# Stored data
---+---

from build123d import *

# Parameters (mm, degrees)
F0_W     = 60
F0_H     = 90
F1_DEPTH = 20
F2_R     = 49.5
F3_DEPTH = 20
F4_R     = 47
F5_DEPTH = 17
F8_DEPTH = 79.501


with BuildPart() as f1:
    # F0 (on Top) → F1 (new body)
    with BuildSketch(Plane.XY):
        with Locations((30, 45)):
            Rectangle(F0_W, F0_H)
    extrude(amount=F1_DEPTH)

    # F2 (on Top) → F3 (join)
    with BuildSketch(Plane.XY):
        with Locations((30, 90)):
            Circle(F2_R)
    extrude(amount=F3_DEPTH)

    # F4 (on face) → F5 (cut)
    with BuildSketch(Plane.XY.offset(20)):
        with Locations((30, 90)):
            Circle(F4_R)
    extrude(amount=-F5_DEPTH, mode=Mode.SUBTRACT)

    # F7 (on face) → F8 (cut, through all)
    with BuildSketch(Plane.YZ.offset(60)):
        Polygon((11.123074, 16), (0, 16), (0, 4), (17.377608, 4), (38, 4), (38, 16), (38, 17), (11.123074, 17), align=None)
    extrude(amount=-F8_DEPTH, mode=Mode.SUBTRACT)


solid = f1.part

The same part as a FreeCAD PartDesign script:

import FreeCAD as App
import Part
import Sketcher
Q = App.Units.Quantity

doc = App.newDocument("Part")
body = doc.addObject("PartDesign::Body", "Body")

# Sketch on XY plane
sketch1 = body.newObject("Sketcher::SketchObject", "Sketch")
sketch1.AttachmentSupport = (doc.getObject("XY_Plane"), [""])
sketch1.MapMode = "FlatFace"
sketch1.addGeometry([
    Part.LineSegment(App.Vector(0, 90, 0), App.Vector(0, 0, 0)),
    Part.LineSegment(App.Vector(0, 0, 0), App.Vector(60, 0, 0)),
    Part.LineSegment(App.Vector(60, 0, 0), App.Vector(60, 90, 0)),
    Part.LineSegment(App.Vector(60, 90, 0), App.Vector(0, 90, 0)),
], False)
sketch1.addConstraint([
    Sketcher.Constraint("Coincident", 0, 2, 1, 1),
    Sketcher.Constraint("Coincident", 1, 2, 2, 1),
    Sketcher.Constraint("Coincident", 2, 2, 3, 1),
    Sketcher.Constraint("Coincident", 3, 2, 0, 1),
    Sketcher.Constraint("Vertical", 0),
    Sketcher.Constraint("Horizontal", 1),
    Sketcher.Constraint("Vertical", 2),
    Sketcher.Constraint("Horizontal", 3),
    Sketcher.Constraint("Coincident", 0, 2, -1, 1),
    Sketcher.Constraint("DistanceX", 1, 1, 1, 2, Q("60 mm")),
    Sketcher.Constraint("DistanceY", 0, 2, 0, 1, Q("90 mm")),
])
pad1 = body.newObject("PartDesign::Pad", "Pad")
pad1.Profile = sketch1
pad1.Length = 20

# Sketch on XY plane
sketch2 = body.newObject("Sketcher::SketchObject", "Sketch001")
sketch2.AttachmentSupport = (doc.getObject("XY_Plane"), [""])
sketch2.MapMode = "FlatFace"
sketch2.addGeometry(Part.Circle(App.Vector(30, 90, 0), App.Vector(0, 0, 1), 50), False)
sketch2.addConstraint([
    Sketcher.Constraint("Diameter", 0, Q("99 mm")),
    Sketcher.Constraint("DistanceX", -1, 1, 0, 3, Q("30 mm")),
    Sketcher.Constraint("DistanceY", -1, 1, 0, 3, Q("90 mm")),
])
pad2 = body.newObject("PartDesign::Pad", "Pad001")
pad2.Profile = sketch2
pad2.Length = 20

# Sketch on XY plane
sketch3 = body.newObject("Sketcher::SketchObject", "Sketch002")
sketch3.AttachmentSupport = (doc.getObject("XY_Plane"), [""])
sketch3.MapMode = "FlatFace"
sketch3.AttachmentOffset = App.Placement(App.Vector(0, 0, 20), App.Rotation())
sketch3.addGeometry(Part.Circle(App.Vector(30, 90, 0), App.Vector(0, 0, 1), 47), False)
sketch3.addConstraint([
    Sketcher.Constraint("Diameter", 0, Q("94 mm")),
    Sketcher.Constraint("DistanceX", -1, 1, 0, 3, Q("30 mm")),
    Sketcher.Constraint("DistanceY", -1, 1, 0, 3, Q("90 mm")),
])
pocket1 = body.newObject("PartDesign::Pocket", "Pocket")
pocket1.Profile = sketch3
pocket1.Length = 17

# Sketch on YZ plane
sketch4 = body.newObject("Sketcher::SketchObject", "Sketch003")
sketch4.AttachmentSupport = (doc.getObject("YZ_Plane"), [""])
sketch4.MapMode = "FlatFace"
sketch4.AttachmentOffset = App.Placement(App.Vector(0, 0, 60), App.Rotation())
sketch4.addGeometry([
    Part.LineSegment(App.Vector(11.1, 16, 0), App.Vector(0, 16, 0)),  # 0
    Part.LineSegment(App.Vector(0, 16, 0), App.Vector(0, 4, 0)),  # 1
    Part.LineSegment(App.Vector(0, 4, 0), App.Vector(38, 4, 0)),  # 2
    Part.LineSegment(App.Vector(38, 4, 0), App.Vector(38, 17, 0)),  # 3
    Part.LineSegment(App.Vector(38, 17, 0), App.Vector(11.1, 17, 0)),  # 4
    Part.LineSegment(App.Vector(11.1, 17, 0), App.Vector(11.1, 16, 0)),  # 5
], False)
sketch4.addConstraint([
    Sketcher.Constraint("Coincident", 0, 2, 1, 1),
    Sketcher.Constraint("Coincident", 1, 2, 2, 1),
    Sketcher.Constraint("Coincident", 2, 2, 3, 1),
    Sketcher.Constraint("Coincident", 3, 2, 4, 1),
    Sketcher.Constraint("Coincident", 4, 2, 5, 1),
    Sketcher.Constraint("Coincident", 5, 2, 0, 1),
    Sketcher.Constraint("Horizontal", 0),
    Sketcher.Constraint("Vertical", 1),
    Sketcher.Constraint("Horizontal", 2),
    Sketcher.Constraint("Vertical", 3),
    Sketcher.Constraint("Horizontal", 4),
    Sketcher.Constraint("Vertical", 5),
    Sketcher.Constraint("PointOnObject", 0, 2, -2),
    Sketcher.Constraint("DistanceX", 2, 1, 2, 2, Q("38 mm")),
    Sketcher.Constraint("DistanceY", 1, 2, 1, 1, Q("12 mm")),
    Sketcher.Constraint("DistanceY", 3, 1, 3, 2, Q("13 mm")),
    Sketcher.Constraint("DistanceY", -1, 1, 0, 2, Q("16 mm")),
    Sketcher.Constraint("DistanceX", 0, 2, 0, 1, Q("11.123074 mm")),
])
pocket2 = body.newObject("PartDesign::Pocket", "Pocket001")
pocket2.Profile = sketch4
pocket2.Type = "ThroughAll"

doc.recompute()
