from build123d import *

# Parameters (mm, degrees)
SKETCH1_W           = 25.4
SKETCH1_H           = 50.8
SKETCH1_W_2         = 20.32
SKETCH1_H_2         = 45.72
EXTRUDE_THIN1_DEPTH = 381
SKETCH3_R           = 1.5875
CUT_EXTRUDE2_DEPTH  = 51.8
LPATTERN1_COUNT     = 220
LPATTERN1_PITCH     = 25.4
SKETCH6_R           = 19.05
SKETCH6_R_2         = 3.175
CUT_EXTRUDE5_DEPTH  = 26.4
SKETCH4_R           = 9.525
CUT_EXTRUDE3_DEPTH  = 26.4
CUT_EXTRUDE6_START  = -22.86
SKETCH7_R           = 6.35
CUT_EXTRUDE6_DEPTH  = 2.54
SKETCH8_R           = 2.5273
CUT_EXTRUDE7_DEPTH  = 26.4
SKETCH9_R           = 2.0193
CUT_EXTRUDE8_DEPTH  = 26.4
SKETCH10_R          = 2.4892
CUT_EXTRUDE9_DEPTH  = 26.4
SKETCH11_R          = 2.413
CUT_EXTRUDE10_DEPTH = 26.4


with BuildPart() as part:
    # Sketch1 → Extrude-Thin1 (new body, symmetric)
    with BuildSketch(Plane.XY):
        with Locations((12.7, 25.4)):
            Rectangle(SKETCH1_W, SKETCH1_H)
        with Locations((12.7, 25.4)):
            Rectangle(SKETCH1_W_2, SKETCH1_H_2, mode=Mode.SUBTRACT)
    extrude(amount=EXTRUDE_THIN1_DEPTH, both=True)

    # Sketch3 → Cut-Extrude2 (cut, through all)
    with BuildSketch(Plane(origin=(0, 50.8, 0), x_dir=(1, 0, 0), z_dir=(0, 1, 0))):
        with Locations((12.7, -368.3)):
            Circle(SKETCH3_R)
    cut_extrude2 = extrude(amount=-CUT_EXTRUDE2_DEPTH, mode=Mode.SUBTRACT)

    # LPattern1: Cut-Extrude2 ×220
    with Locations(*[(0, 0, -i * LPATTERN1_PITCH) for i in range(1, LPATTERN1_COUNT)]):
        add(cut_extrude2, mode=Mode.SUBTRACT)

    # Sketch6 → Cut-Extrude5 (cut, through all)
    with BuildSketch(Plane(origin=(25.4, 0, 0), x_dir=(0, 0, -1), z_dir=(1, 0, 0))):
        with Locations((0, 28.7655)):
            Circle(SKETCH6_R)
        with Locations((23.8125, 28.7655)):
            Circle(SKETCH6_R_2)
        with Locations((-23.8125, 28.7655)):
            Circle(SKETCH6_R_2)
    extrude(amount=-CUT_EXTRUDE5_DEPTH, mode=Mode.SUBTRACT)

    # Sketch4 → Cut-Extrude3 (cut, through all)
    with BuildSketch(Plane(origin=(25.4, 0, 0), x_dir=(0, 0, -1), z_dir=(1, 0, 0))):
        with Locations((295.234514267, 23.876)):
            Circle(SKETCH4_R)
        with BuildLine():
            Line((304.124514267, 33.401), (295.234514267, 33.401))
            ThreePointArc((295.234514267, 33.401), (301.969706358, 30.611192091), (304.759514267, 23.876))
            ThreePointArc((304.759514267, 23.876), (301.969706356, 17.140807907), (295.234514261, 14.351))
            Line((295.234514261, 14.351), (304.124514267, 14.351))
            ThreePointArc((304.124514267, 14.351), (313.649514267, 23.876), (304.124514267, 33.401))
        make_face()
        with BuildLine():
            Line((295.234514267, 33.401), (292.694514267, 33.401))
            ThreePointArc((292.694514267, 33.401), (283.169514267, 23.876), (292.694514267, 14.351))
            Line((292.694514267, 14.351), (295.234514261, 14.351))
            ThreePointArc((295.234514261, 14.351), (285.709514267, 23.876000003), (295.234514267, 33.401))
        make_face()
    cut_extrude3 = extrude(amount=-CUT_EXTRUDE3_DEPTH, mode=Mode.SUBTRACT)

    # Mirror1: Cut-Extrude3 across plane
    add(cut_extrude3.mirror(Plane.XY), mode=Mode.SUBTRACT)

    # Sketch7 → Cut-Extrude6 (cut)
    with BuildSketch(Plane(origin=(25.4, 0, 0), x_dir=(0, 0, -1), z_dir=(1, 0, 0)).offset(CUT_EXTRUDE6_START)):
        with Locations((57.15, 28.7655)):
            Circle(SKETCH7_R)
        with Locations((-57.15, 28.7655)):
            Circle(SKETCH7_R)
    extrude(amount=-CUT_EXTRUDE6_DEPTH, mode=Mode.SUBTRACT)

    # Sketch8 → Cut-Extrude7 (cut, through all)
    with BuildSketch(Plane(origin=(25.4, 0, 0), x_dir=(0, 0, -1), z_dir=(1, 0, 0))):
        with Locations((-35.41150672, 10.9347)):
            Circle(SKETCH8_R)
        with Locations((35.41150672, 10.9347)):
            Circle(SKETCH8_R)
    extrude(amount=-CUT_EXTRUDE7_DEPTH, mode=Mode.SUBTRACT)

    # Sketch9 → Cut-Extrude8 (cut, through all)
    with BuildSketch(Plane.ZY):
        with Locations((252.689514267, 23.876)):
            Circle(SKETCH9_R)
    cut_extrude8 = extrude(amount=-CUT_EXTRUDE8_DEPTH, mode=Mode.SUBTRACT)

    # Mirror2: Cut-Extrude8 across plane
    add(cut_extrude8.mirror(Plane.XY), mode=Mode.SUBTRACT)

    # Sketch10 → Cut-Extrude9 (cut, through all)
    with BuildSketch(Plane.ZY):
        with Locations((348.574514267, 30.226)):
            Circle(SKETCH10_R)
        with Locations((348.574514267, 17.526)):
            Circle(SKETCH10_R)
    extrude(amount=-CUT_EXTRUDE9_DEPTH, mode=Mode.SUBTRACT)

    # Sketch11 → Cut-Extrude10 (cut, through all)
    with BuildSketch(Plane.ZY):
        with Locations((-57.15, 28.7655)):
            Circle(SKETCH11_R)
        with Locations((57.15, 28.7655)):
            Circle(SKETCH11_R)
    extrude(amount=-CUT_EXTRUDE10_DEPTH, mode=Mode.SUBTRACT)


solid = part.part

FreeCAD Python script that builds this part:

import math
import FreeCAD as App
import Part
import Sketcher

V = App.Vector
Q = App.Units.Quantity

doc = App.newDocument("Part")
params = doc.addObject("Spreadsheet::Sheet", "Params")
for row, (alias, value) in enumerate([
    ("sketch1_width", "1 in"),
    ("sketch1_height", "2 in"),
    ("sketch1_width2", "0.8 in"),
    ("sketch1_height2", "1.8 in"),
    ("pad1_length", "30 in"),
    ("sketch2_diameter", "0.125 in"),
    ("linearpattern_pitch", "1 in"),
    ("sketch3_diameter", "1.5 in"),
    ("sketch3_diameter2", "0.25 in"),
    ("sketch4_radius", "0.375 in"),
    ("sketch4_height", "0.45 in"),
    ("sketch5_diameter", "0.5 in"),
    ("pocket4_length", "0.1 in"),
    ("sketch6_diameter", "0.199 in"),
    ("sketch7_diameter", "0.159 in"),
    ("sketch8_diameter", "0.196 in"),
    ("sketch9_diameter", "0.19 in"),
], start=1):
    params.set(f"A{row}", alias)
    params.set(f"B{row}", "=" + value)
    params.setAlias(f"B{row}", alias)

body = doc.addObject("PartDesign::Body", "Body")

# Sketch on XY plane
sketch1 = body.newObject("Sketcher::SketchObject", "Sketch")
sketch1.AttachmentSupport = (doc.getObject("XY_Plane"), [""])
sketch1.MapMode = "FlatFace"
sketch1.addGeometry([
    Part.LineSegment(V(0, 51, 0), V(0, 0, 0)),  # 0
    Part.LineSegment(V(0, 0, 0), V(25, 0, 0)),  # 1
    Part.LineSegment(V(25, 0, 0), V(25, 51, 0)),  # 2
    Part.LineSegment(V(25, 51, 0), V(0, 51, 0)),  # 3
    Part.LineSegment(V(23, 3, 0), V(3, 3, 0)),  # 4
    Part.LineSegment(V(3, 3, 0), V(3, 48, 0)),  # 5
    Part.LineSegment(V(3, 48, 0), V(23, 48, 0)),  # 6
    Part.LineSegment(V(23, 48, 0), V(23, 3, 0)),  # 7
], False)
sketch1.addConstraint([
    Sketcher.Constraint("Coincident", 0, 2, 1, 1),
    Sketcher.Constraint("Coincident", 1, 2, 2, 1),
    Sketcher.Constraint("Coincident", 2, 2, 3, 1),
    Sketcher.Constraint("Coincident", 3, 2, 0, 1),
    Sketcher.Constraint("Coincident", 4, 2, 5, 1),
    Sketcher.Constraint("Coincident", 5, 2, 6, 1),
    Sketcher.Constraint("Coincident", 6, 2, 7, 1),
    Sketcher.Constraint("Coincident", 7, 2, 4, 1),
    Sketcher.Constraint("Vertical", 0),
    Sketcher.Constraint("Horizontal", 1),
    Sketcher.Constraint("Vertical", 2),
    Sketcher.Constraint("Horizontal", 3),
    Sketcher.Constraint("Horizontal", 4),
    Sketcher.Constraint("Vertical", 5),
    Sketcher.Constraint("Horizontal", 6),
    Sketcher.Constraint("Vertical", 7),
    Sketcher.Constraint("Coincident", 0, 2, -1, 1),
    Sketcher.Constraint("DistanceX", 1, 1, 1, 2, Q("1 in")),
    Sketcher.Constraint("DistanceY", 0, 2, 0, 1, Q("2 in")),
    Sketcher.Constraint("DistanceX", 4, 2, 4, 1, Q("0.8 in")),
    Sketcher.Constraint("DistanceY", 5, 1, 5, 2, Q("1.8 in")),
    Sketcher.Constraint("DistanceX", -1, 1, 4, 2, Q("0.1 in")),
    Sketcher.Constraint("DistanceY", -1, 1, 4, 2, Q("0.1 in")),
])
sketch1.setExpression("Constraints[17]", "Params.sketch1_width")
sketch1.setExpression("Constraints[18]", "Params.sketch1_height")
sketch1.setExpression("Constraints[19]", "Params.sketch1_width2")
sketch1.setExpression("Constraints[20]", "Params.sketch1_height2")
pad1 = body.newObject("PartDesign::Pad", "Pad")
pad1.Profile = sketch1
pad1.setExpression("Length", "Params.pad1_length")
pad1.Midplane = True

# Sketch on XZ plane
sketch2 = body.newObject("Sketcher::SketchObject", "Sketch001")
sketch2.AttachmentSupport = (doc.getObject("XZ_Plane"), [""])
sketch2.MapMode = "FlatFace"
sketch2.AttachmentOffset = App.Placement(V(0, 0, -2 * 25.4), App.Rotation())
sketch2.addGeometry(Part.Circle(V(12.7, 368.3, 0), V(0, 0, 1), 1.6), False)
sketch2.addConstraint([
    Sketcher.Constraint("Diameter", 0, Q("0.125 in")),
    Sketcher.Constraint("DistanceX", -1, 1, 0, 3, Q("0.5 in")),
    Sketcher.Constraint("DistanceY", -1, 1, 0, 3, Q("14.5 in")),
])
sketch2.setExpression("Constraints[0]", "Params.sketch2_diameter")
pocket1 = body.newObject("PartDesign::Pocket", "Pocket")
pocket1.Profile = sketch2
pocket1.Type = "ThroughAll"
pocket1.Reversed = True
doc.recompute()

linearpattern = body.newObject("PartDesign::LinearPattern", "LinearPattern")
linearpattern.Originals = [pocket1]
linearpattern.Direction = (doc.getObject("Z_Axis"), [""])
linearpattern.Mode = "offset"
linearpattern.setExpression("Offset", "Params.linearpattern_pitch")
linearpattern.Occurrences = 220
linearpattern.Reversed = True
body.Tip = linearpattern

# Sketch on YZ plane
sketch3 = body.newObject("Sketcher::SketchObject", "Sketch002")
sketch3.AttachmentSupport = (doc.getObject("YZ_Plane"), [""])
sketch3.MapMode = "FlatFace"
sketch3.AttachmentOffset = App.Placement(V(0, 0, 1 * 25.4), App.Rotation())
sketch3.addGeometry([
    Part.Circle(V(28.8, 0, 0), V(0, 0, 1), 19.1),
    Part.Circle(V(28.8, -23.8, 0), V(0, 0, 1), 3.2),
    Part.Circle(V(28.8, 23.8, 0), V(0, 0, 1), 3.2),
], False)
sketch3.addConstraint([
    Sketcher.Constraint("Equal", 1, 2),
    Sketcher.Constraint("Symmetric", 1, 3, 2, 3, -1),
    Sketcher.Constraint("PointOnObject", 0, 3, -1),
    Sketcher.Constraint("Vertical", 0, 3, 1, 3),
    Sketcher.Constraint("Diameter", 0, Q("1.5 in")),
    Sketcher.Constraint("Diameter", 1, Q("0.25 in")),
    Sketcher.Constraint("DistanceY", 1, 3, -1, 1, Q("0.9375 in")),
    Sketcher.Constraint("DistanceX", -1, 1, 0, 3, Q("1.1325 in")),
])
sketch3.setExpression("Constraints[4]", "Params.sketch3_diameter")
sketch3.setExpression("Constraints[5]", "Params.sketch3_diameter2")
pocket2 = body.newObject("PartDesign::Pocket", "Pocket001")
pocket2.Profile = sketch3
pocket2.Type = "ThroughAll"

---+---

# About this task
All that is wanted is an exact copy of the lines above from the one with "F8_DEPTH = 79.501" through the one with "extrude(amount=-F5_DEPTH, mode=Mode.SUBTRACT)", with both ends included.

# Finished exercise
F8_DEPTH = 79.501


with BuildPart() as f1:
    # F0 (on Top) → F1 (new body)
    with BuildSketch(Plane.XY):
        with Locations((30, 45)):
            Rectangle(F0_W, F0_H)
    extrude(amount=F1_DEPTH)

    # F2 (on Top) → F3 (join)
    with BuildSketch(Plane.XY):
        with Locations((30, 90)):
            Circle(F2_R)
    extrude(amount=F3_DEPTH)

    # F4 (on face) → F5 (cut)
    with BuildSketch(Plane.XY.offset(20)):
        with Locations((30, 90)):
            Circle(F4_R)
    extrude(amount=-F5_DEPTH, mode=Mode.SUBTRACT)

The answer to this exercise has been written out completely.